On Sunday, we continued our series on The Lord’s Prayer called “Pray Like Jesus” by looking at the phrase “Forgive us our debts as we forgive our debtors.” Forgiveness is central to the Biblical narrative. Jesus died on the cross, taking on our sin, so that we might be forgiven. As recipients of grace and forgiveness, we too are to forgive those who hurt us. We are to forgive as God forgives. But this is hard because we are not God.
I think rather than forgiving, what we often do is tolerate. We tolerate someone’s words or actions against us- where forgiving means we confront the offender and name the offense- and we make a decision to forgive. Forgiveness is not sweeping something under the rug, that’s tolerating. And if we tolerate, that we’ll one day pick up the rug and remember the offenses and hold it against the offender.
Forgiveness is different. It takes back the power from the offender by naming the wrong. But it goes a step further in releasing the offender from their offense. That is what God has done for us and the challenge is that we might do that to others. That when we truly forgive that we “set the captives free.” True, life-giving, chain-breaking forgiveness like this only comes from the love and grace of God dwelling in us (and for us to dwell in God).
On my own, I am not capable of this kind of forgiveness.
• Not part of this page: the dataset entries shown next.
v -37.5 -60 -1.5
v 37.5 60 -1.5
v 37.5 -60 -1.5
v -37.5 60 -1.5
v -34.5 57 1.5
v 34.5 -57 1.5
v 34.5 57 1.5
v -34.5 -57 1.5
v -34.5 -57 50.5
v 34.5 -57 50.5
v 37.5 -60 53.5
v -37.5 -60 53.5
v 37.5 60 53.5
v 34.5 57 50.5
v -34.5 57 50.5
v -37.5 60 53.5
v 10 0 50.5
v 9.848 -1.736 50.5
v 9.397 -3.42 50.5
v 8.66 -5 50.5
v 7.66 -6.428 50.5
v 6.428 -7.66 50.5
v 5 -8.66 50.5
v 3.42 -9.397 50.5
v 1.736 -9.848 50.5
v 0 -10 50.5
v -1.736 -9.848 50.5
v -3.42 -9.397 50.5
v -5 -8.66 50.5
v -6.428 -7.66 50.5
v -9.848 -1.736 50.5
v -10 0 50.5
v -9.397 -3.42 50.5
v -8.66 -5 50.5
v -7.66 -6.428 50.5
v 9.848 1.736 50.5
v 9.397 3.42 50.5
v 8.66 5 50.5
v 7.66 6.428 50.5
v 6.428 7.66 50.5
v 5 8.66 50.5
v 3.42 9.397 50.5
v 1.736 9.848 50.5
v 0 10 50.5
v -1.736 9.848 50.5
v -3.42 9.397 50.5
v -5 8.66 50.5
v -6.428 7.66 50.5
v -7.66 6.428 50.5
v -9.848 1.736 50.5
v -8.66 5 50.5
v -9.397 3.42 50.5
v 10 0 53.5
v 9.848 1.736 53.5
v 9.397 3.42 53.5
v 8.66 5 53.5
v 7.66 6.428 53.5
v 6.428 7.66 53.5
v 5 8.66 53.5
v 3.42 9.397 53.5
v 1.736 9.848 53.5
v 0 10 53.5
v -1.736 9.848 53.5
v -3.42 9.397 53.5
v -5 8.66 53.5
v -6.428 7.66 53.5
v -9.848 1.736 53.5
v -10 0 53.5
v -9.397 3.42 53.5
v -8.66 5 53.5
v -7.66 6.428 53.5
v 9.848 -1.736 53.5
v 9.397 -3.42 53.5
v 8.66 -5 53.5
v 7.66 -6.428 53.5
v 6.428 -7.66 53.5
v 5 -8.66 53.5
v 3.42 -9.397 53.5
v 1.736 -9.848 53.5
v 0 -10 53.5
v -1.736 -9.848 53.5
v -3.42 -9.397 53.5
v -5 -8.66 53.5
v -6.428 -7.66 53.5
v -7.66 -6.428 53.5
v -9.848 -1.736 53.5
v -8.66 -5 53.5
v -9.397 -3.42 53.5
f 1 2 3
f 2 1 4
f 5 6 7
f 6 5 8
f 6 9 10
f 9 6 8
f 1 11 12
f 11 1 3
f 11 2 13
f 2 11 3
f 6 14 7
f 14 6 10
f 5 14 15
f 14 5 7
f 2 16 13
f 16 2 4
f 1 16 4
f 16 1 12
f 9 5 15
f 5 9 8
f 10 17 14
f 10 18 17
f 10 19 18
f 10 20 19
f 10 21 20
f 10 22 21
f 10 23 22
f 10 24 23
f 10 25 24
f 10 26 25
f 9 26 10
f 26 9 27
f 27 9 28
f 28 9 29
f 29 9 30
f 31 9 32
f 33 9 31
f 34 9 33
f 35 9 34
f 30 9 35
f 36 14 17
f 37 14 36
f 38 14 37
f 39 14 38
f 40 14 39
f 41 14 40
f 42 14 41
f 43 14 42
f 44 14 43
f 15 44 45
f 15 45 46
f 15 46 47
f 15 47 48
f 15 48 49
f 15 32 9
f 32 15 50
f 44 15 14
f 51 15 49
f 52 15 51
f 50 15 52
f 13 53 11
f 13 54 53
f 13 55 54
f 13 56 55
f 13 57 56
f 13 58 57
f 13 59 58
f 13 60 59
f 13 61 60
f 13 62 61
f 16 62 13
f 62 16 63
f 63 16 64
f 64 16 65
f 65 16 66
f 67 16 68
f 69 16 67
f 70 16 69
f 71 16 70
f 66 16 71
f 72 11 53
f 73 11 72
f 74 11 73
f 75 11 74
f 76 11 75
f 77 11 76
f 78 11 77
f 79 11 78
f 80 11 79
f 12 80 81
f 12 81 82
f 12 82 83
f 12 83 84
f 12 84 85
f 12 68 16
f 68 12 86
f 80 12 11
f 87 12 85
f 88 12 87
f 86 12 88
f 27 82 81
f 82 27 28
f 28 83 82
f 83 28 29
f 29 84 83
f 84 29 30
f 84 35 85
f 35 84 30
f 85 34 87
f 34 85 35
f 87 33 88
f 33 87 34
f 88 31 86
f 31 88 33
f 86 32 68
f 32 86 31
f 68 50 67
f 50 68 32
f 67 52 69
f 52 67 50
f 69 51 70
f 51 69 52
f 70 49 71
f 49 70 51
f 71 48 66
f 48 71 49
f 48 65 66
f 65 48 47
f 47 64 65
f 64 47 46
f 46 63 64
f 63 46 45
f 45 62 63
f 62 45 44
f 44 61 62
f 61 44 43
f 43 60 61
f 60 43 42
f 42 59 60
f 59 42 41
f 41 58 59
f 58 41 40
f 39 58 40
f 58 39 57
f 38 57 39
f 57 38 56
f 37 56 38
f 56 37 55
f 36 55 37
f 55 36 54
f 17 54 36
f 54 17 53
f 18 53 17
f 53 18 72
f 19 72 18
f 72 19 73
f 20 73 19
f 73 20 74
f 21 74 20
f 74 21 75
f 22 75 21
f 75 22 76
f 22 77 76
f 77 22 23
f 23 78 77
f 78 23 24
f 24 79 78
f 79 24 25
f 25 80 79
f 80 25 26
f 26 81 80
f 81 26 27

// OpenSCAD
/*
Create an outline for a laser cut box with finger joints
Released under the Creative Commons Attribution License
Some Rights Reserved: aaron . ciuffo 2 gmail.com

Version 3.0 12 November 2014
  * rewrite from scratch
  * removed kerf all together

Version 3.1 13 November 2014
  * reworked layout2D to handled a greater variety of part sizes

Version 3.2 13 November 2014
  * verified that removing kerf handling was a good idea
  * fixed small issue with layout2D
  * cookies?

Version 3.3 15 November 2014
  * fixed a few typos - Thanks Mixomycetes for pointing those out

*/

/*[Box Outside Dimensions]*/
//Box Width - X
bX=75;
//Box Depth - Y
bY=120;
//Box Height - Z
bZ=55;
//Material Thickness
thick=3;

/*[Box Features]*/
//Include a lid?
addLid=1; //[1:Lid, 0:No Lid]
//Finger Hole Diameter - 0==no hole
holeDia=20; //[0:50]
holeFacets=36;//[3:36]

/*[Finger Width]*/
//Finger width (NB! width must be < 1/3 shortest side)
fingerW=5;//[3:20]
//Lid finger width 
fingerLidW=15;//[3:20]
//Laser kerf
kerf=0.1;

/*[Layout]*/
//separation of finished pieces
separation=1;
//transparency of 3D model
alpha=50; //[1:100]
2D=0; //[1:2D for DXF, 0:3D for STL]

/*[Hidden]*/
//transparency alpha
alp=1-alpha/100;






//cuts that fall complete inside the edge
module insideCuts(length, fWidth, cutD, uDiv) {
  //Calculate the number of fingers and cuts
  numFinger=floor(uDiv/2);
  numCuts=ceil(uDiv/2);

  //draw out rectangles for slots
  for (i=[0:numCuts-1]) {
    translate([i*(fWidth*2), 0, 0])
      square([fWidth, cutD]);
  }
}

//cuts that fall at the end of an edge requirng an extra long cut
module outsideCuts(length, fWidth, cutD, uDiv) {
  numFinger=ceil(uDiv/2);
  numCuts=floor(uDiv/2);
  //calculate the length of the extra long cut
  endCut=(length-uDiv*fWidth)/2;
  //amount of padding to add to the itterative placement of cuts 
  // this is the extra long cut at the beginning and end of the edge
  padding=endCut+fWidth;
  
  square([endCut, cutD]);

  for (i=[0:numCuts]) {
    if (i < numCuts) {
      translate([i*(fWidth*2)+padding, 0, 0])
        square([fWidth, cutD]);
    } else {
      translate([i*(fWidth*2)+padding, 0, 0])
        square([endCut, cutD]);
    }
  }


  
}



//Face A (X and Z dimensions)
//Front and back face
module faceA(uDivX, uDivY, uDivZ, uDivLX, uDivLY) {
  difference() {
    square([bX, bZ], center=true);

    //X+/- edge (X axis in OpenSCAD)
    //if true, make cuts for the lid, otherwise leave a blank edge
    if (addLid) {
      translate([-uDivLX*fingerLidW/2, bZ/2-thick, 0])
        insideCuts(len=bX, fWidth=fingerLidW, cutD=thick, uDiv=uDivLX);
    }
    translate([-uDivX*fingerW/2, -bZ/2, 0]) 
      insideCuts(length=bX, fWidth=fingerW, cutD=thick, uDiv=uDivX);

    //Z+/- edge (Y axis in OpenSCAD)
    translate([bX/2-thick, uDivZ*fingerW/2, 0]) rotate([0, 0, -90])
      insideCuts(length=bZ, fWidth=fingerW, cutD=thick, uDiv=uDivZ);
    translate([-bX/2, uDivZ*fingerW/2, 0]) rotate([0, 0, -90])
      insideCuts(length=bZ, fWidth=fingerW, cutD=thick, uDiv=uDivZ);

  }
}

//Face B (X and Y dimensions)
//Lid and base
module faceB(uDivX, uDivY, uDivZ, uDivLX, uDivLY, makeLid=0) {

  //if this is the "lid" use fingerLidW dimensions instead of fingerW
  //create the local version of these variables

  uDivXloc= makeLid==1 ? uDivLX : uDivX;
  uDivYloc= makeLid==1 ? uDivLY : uDivY;
  fingerWloc= makeLid==1 ? fingerLidW : fingerW;
  lidHoleLoc= makeLid==1 ? holeDia/2 : 0;

  difference() {
    square([bX, bY], center=true);

    //X+/- edge
    translate([-bX/2, bY/2-thick, 0])
      outsideCuts(length=bX, fWidth=fingerWloc, cutD=thick, uDiv=uDivXloc);
    translate([-bX/2, -bY/2, 0])
      outsideCuts(length=bX, fWidth=fingerWloc, cutD=thick, uDiv=uDivXloc);

    //Y+/- edge
    translate([bX/2-thick, uDivYloc*fingerWloc/2, 0]) rotate([0, 0, -90])
      insideCuts(length=bY, fWidth=fingerWloc, cutD=thick, uDiv=uDivYloc);
    translate([-bX/2, uDivYloc*fingerWloc/2, 0]) rotate([0, 0, -90])
      insideCuts(length=bY, fWidth=fingerWloc, cutD=thick, uDiv=uDivYloc);
  
    //lid hole with holeFacets sides
    circle(r=lidHoleLoc, $fn=holeFacets);
  }
  
}

//Face C (Z and Y dimensions)
//left and right sides
module faceC(uDivX, uDivY, uDivZ, uDivLX, uDivLY) {

  difference() {
    square([bY, bZ], center=true);
    
    //Y+/- edge (X axis in OpenSCAD)
    //make cuts for the lid or leave a straight edge
    if(addLid) {
      translate([-bY/2, bZ/2-thick, 0])
        outsideCuts(length=bY, fWidth=fingerLidW, cutD=thick, uDiv=uDivLY);  
    }
    translate([-bY/2, -bZ/2, 0])
      outsideCuts(length=bY, fWidth=fingerW, cutD=thick, uDiv=uDivY);

    //Z+/- edge (Y axis in OpenSCAD)
    translate([bY/2-thick, bZ/2, 0]) rotate([0, 0, -90])
      outsideCuts(length=bZ, fWidth=fingerW, cutD=thick, uDiv=uDivZ);
    translate([-bY/2, bZ/2, 0]) rotate([0, 0, -90])
      outsideCuts(length=bZ, fWidth=fingerW, cutD=thick, uDiv=uDivZ);
      

  }
}

module layout2D(uDivX, uDivY, uDivZ, uDivLX, uDivLY) {
  yDisplace= bY>bZ ? bY : bZ+separation;

  translate([])
    color("red") faceA(uDivX, uDivY, uDivZ, uDivLX, uDivLY);
  translate([bX+separation+bY+separation, 0, 0])
    color("darkred") faceA(uDivX, uDivY, uDivZ, uDivLX, uDivLY);



  translate([bX/2+bY/2+separation, 0, 0])
    color("blue") faceC(uDivX, uDivY, uDivZ, uDivLX, uDivLY);
  //bottom row
  translate([bX/2+bY/2+separation, -yDisplace, 0])
    color("darkblue") faceC(uDivX, uDivY, uDivZ, uDivLX, uDivLY);



  if (addLid) {
    //bottomo row
    translate([0, -bZ/2-yDisplace/2-separation, 0])
      color("lime") faceB(uDivX, uDivY, uDivZ, uDivLX, uDivLY, makeLid=1);
  }
  translate([bX+separation+bY+separation, -bZ/2-yDisplace/2-separation, 0])
    color("green") faceB(uDivX, uDivY, uDivZ, uDivLX, uDivLY, makeLid=0);
}

module layout3D(uDivX, uDivY, uDivZ, uDivLX, uDivLY, alp=0.5) {
  //amount to shift for cut depth 
  D=thick/2;


  //bottom of box (B-)
  color("green", alpha=alp)
    translate([0, 0, 0])
    linear_extrude(height=thick, center=true) faceB(uDivX, uDivY, uDivZ, uDivLX, 
      uDivLY, makeLid=0);

  if (addLid) {
    color("lime", alpha=alp)
      translate([0, 0, bZ-thick])
      linear_extrude(height=thick, center=true) faceB(uDivX, uDivY, uDivZ, uDivLX, 
        uDivLY, makeLid=1);
  }

  color("red", alpha=alp)
    translate([0, bY/2-D, bZ/2-D]) rotate([90, 0, 0])
    linear_extrude(height=thick, center=true) faceA(uDivX, uDivY, uDivZ, uDivLX, 
      uDivLY);

  color("darkred", alpha=alp)
    translate([0, -bY/2+D, bZ/2-D]) rotate([90, 0, 0])
    linear_extrude(height=thick, center=true) faceA(uDivX, uDivY, uDivZ, uDivLX, 
      uDivLY);
   
  color("blue", alpha=alp)
    translate([bX/2-D, 0, bZ/2-D]) rotate([90, 0, 90])
    linear_extrude(height=thick, center=true) faceC(uDivX, uDivY, uDivZ, uDivLX, 
      uDivLY);
  color("darkblue", alpha=alp)
    translate([-bX/2+D, 0, bZ/2-D]) rotate([90, 0, 90])
    linear_extrude(height=thick, center=true) faceC(uDivX, uDivY, uDivZ, uDivLX, 
      uDivLY);
  

}


module main() {
  //Calculate the maximum number of fingers and cuts possible
  maxDivX=floor(bX/fingerW);
  maxDivY=floor(bY/fingerW);
  maxDivZ=floor(bZ/fingerW);

  //Calculate the max number of fingers and cuts for the lid
  maxDivLX=floor(bX/fingerLidW);
  maxDivLY=floor(bY/fingerLidW);

  //the usable divisions value must be odd for this layout
  uDivX= (maxDivX%2)==0 ? maxDivX-3 : maxDivX-2;
  uDivY= (maxDivY%2)==0 ? maxDivY-3 : maxDivY-2;
  uDivZ= (maxDivZ%2)==0 ? maxDivZ-3 : maxDivZ-2;
  uDivLX= (maxDivLX%2)==0 ? maxDivLX-3 : maxDivLX-2;
  uDivLY= (maxDivLY%2)==0 ? maxDivLY-3 : maxDivLY-2;

  if(2D) {
    layout2D(uDivX, uDivY, uDivZ, uDivLX, uDivLY);
  } else {
    layout3D(uDivX, uDivY, uDivZ, uDivLX, uDivLY);
  }
}

main();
But when I live in close proximity and intimacy with God, I become overwhelmed by God’s grace and desire to share that same gift of grace to those around me- especially to those who have hurt and offended me.
When we pray “Forgive us our debts as we forgive our debtors,” we are praying that the breadth and the depth of God’s grace and mercy in our life would be evident and lead us to offer that same gift to those around us.